From c94a7452ae9181d4040a12a6ff9eacb0f5ec9c1b Mon Sep 17 00:00:00 2001
From: Max Ghenis <mghenis@gmail.com>
Date: Sun, 12 Apr 2026 12:35:27 -0400
Subject: [PATCH 2/2] Format YAML security hardening changes

---
 .../parameter_node_metadata.py                |  4 +-
 policyengine_core/parameters/config.py        | 29 +++++--
 .../operations/homogenize_parameters.py       | 48 +++++++++--
 policyengine_core/tools/test_runner.py        | 22 +++--
 tests/core/test_parameter_security.py         | 82 +++++++++++++++++-
 .../tools/test_runner/test_yaml_runner.py     | 83 +++++++++++++++++++
 6 files changed, 245 insertions(+), 23 deletions(-)

diff --git a/policyengine_core/data_structures/parameter_node_metadata.py b/policyengine_core/data_structures/parameter_node_metadata.py
index 0483d9cb0..e91ba2600 100644
--- a/policyengine_core/data_structures/parameter_node_metadata.py
+++ b/policyengine_core/data_structures/parameter_node_metadata.py
@@ -37,8 +37,8 @@ class ParameterNodeMetadata:
         metadata:
             breakdown:
                 - region # If `region` is an Enum-type variable with possible values `[ENGLAND, WALES]` then these children will be added.
-                - range(1, 7) # This code is `eval`uated to produce the list `[1, 2, 3, 4, 5, 6]` which are then added as grandchildren.
-                - [True, False] # This list is added as great-grandchildren (using the same `eval` method as above).
+                - range(1, 7) # Safe dynamic form producing `[1, 2, 3, 4, 5, 6]`, which are then added as grandchildren.

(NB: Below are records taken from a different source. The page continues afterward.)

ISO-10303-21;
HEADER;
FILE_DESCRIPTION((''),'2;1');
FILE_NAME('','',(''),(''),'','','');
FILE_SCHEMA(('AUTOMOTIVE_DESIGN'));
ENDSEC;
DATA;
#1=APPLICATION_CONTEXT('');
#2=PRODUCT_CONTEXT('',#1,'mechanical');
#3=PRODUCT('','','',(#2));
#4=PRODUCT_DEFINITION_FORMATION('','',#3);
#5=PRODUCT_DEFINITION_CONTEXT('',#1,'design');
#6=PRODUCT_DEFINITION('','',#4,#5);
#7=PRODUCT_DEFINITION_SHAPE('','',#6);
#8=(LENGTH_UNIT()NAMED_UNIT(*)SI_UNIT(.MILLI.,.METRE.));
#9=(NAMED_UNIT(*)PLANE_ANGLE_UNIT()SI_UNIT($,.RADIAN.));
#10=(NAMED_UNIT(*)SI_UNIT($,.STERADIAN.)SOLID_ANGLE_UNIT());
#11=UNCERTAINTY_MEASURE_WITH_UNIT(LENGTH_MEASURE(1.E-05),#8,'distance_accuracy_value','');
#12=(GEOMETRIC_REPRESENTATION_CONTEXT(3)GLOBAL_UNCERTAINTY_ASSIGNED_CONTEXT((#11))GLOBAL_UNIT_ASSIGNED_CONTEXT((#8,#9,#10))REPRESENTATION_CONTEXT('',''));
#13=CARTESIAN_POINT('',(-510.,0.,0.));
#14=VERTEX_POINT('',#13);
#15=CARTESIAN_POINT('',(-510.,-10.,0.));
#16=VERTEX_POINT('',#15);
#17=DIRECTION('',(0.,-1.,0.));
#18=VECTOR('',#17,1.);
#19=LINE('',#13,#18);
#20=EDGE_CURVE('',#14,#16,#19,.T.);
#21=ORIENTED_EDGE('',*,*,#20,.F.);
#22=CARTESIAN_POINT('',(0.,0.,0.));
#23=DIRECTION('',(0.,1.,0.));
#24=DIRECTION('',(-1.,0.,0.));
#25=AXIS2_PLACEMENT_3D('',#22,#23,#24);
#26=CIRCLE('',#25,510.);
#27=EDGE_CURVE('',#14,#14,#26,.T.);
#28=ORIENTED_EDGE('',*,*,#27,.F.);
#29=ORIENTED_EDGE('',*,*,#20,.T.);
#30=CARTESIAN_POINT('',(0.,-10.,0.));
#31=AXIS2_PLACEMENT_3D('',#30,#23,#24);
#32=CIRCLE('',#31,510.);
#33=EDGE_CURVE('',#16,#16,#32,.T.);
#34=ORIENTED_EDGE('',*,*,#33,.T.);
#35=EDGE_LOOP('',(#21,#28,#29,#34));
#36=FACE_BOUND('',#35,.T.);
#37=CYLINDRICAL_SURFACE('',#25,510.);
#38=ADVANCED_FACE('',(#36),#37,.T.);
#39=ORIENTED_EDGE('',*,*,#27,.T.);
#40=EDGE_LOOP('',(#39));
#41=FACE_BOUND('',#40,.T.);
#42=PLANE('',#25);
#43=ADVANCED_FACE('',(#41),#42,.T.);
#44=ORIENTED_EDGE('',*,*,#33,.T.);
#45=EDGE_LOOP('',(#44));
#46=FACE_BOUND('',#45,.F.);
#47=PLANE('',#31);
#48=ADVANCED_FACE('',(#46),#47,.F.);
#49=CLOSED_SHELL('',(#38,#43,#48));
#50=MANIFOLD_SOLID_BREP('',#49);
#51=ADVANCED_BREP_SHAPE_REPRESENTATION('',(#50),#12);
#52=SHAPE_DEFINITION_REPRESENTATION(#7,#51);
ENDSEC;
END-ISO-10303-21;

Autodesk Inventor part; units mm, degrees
ref_plane "YZ Plane" through (0, 0, 0) normal (1, 0, 0) x (0, 1, 0)
ref_plane "XZ Plane" through (0, 0, 0) normal (0, 1, 0) x (-1, 0, 0)
ref_plane "XY Plane" through (0, 0, 0) normal (0, 0, 1) x (1, 0, 0)
sketch "Sketch1" plane through (0, 0, 0) normal (0, 1, 0) x (-1, 0, 0)
  circle A0 centre (0, 0) radius 510
  dimension "d0" = 1020
extrude "Extrusion1" add sketch "Sketch1" against normal blind 10
equation "\"BendReliefWidth\" = Thickness"
equation "\"BendReliefDepth\" = 0.5 * Thickness"
equation "\"CornerReliefSize\" = 4 * Thickness"
equation "\"MinimumRemnant\" = 2 * Thickness"
equation "\"TransitionRadius\" = BendRadius"
equation "\"JacobiRadiusSize\" = BendRadius"
equation "\"GapSize\" = Thickness"
equation "\"Thickness\" = 2"
equation "\"BendRadius\" = 2.75"
properties part number "BSH 081 barrel bottom" material "Stainless Steel"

+                - [True, False] # Literal collection form added as great-grandchildren.
     
     """
 
diff --git a/policyengine_core/parameters/config.py b/policyengine_core/parameters/config.py
index d2dbee20a..7adec9d25 100644
--- a/policyengine_core/parameters/config.py
+++ b/policyengine_core/parameters/config.py
@@ -33,15 +33,30 @@ def date_constructor(_loader, node):
 
 
 def dict_no_duplicate_constructor(loader, node, deep=False):
-    keys = [key.value for key, value in node.value]
+    explicit_keys = {}
+    for key_node, _value_node in node.value:
+        if key_node.tag == "tag:yaml.org,2002:merge":
+            continue
+        key = loader.construct_object(key_node, deep=deep)
+        try:
+            if key in explicit_keys:
+                raise yaml.parser.ParserError(
+                    "", node.start_mark, f"Found duplicate key '{key}'"
+                )
+        except TypeError as exc:
+            raise yaml.constructor.ConstructorError(
+                "", node.start_mark, f"Found unhashable key '{key}'"
+            ) from exc
+        explicit_keys[key] = True
 
-    if len(keys) != len(set(keys)):
-        duplicate = next((key for key in keys if keys.count(key) > 1))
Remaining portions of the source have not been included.